◆ Directions for this task
Using the entries that follow, report how many lines contain the word "with". Only the number is wanted.

◆ Data provided
============

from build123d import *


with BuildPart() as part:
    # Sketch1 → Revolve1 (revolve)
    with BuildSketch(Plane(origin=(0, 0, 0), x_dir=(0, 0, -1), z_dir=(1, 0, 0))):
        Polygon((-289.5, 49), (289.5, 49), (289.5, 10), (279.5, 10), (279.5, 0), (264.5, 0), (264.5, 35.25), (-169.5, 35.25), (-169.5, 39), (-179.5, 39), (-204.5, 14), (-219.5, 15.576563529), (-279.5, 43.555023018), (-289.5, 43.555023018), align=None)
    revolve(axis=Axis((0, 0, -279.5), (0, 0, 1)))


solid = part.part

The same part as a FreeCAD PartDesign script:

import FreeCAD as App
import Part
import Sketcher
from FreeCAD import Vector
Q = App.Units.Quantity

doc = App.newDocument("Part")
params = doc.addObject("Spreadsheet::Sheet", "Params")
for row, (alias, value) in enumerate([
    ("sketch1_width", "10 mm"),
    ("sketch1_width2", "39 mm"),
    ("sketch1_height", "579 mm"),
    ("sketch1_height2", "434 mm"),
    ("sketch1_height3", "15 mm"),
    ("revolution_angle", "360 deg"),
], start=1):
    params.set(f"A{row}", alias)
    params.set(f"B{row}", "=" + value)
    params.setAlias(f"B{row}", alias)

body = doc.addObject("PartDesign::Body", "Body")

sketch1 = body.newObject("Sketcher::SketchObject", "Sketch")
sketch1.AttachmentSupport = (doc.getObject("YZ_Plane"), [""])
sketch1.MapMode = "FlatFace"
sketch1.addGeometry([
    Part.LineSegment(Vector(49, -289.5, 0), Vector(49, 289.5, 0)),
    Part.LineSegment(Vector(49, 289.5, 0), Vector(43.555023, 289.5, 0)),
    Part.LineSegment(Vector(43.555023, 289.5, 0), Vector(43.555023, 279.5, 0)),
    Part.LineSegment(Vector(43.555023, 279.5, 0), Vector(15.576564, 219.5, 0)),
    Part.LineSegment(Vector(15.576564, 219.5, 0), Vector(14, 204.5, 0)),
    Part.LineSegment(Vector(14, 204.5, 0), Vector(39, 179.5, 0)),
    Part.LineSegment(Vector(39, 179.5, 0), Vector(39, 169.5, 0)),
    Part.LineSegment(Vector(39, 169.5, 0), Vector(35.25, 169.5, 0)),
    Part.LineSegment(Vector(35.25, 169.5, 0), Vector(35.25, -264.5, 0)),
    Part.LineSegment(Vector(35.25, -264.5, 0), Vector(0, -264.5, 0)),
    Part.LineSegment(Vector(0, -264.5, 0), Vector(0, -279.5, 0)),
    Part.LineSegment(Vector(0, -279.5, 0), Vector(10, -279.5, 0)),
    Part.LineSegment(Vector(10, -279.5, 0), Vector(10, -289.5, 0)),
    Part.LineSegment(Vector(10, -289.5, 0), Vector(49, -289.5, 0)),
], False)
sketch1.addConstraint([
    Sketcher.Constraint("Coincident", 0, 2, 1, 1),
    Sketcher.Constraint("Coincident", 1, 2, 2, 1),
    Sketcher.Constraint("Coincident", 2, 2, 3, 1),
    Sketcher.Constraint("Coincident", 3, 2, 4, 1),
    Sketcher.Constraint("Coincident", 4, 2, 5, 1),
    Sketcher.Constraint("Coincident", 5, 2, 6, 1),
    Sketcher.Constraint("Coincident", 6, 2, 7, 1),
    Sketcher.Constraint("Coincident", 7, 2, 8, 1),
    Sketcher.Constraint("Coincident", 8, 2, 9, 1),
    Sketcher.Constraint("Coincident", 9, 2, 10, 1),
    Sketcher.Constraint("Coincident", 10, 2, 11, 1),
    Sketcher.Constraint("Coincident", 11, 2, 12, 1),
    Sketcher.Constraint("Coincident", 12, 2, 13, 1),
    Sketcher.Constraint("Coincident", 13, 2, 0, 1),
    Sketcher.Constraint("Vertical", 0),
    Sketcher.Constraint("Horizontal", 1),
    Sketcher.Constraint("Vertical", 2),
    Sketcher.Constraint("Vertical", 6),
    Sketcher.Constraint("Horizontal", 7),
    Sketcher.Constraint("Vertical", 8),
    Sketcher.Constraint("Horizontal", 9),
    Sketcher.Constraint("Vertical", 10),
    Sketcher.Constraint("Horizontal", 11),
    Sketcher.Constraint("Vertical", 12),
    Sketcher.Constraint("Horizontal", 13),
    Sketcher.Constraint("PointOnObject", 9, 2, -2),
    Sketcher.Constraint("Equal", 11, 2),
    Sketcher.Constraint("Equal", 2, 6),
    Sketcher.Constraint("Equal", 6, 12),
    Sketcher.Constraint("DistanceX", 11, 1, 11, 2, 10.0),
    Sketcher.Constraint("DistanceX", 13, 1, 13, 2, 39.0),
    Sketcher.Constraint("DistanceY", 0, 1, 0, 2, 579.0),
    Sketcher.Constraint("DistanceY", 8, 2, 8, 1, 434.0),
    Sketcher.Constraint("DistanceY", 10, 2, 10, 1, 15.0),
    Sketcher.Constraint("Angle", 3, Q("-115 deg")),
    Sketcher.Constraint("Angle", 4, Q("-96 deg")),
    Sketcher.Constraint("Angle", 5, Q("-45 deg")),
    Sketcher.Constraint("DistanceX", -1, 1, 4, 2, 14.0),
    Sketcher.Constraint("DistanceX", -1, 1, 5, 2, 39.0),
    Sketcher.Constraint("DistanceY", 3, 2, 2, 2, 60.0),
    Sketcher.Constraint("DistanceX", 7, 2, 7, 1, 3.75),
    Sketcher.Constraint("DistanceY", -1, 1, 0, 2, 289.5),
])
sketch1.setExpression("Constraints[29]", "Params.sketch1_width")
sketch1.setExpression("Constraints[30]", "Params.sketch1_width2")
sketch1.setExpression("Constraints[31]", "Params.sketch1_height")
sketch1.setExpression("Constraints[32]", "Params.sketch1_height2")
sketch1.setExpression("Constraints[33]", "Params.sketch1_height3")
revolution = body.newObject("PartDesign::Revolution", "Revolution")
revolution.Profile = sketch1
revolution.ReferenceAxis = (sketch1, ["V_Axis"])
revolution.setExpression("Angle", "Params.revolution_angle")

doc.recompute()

============

◆ Output of the exercise
2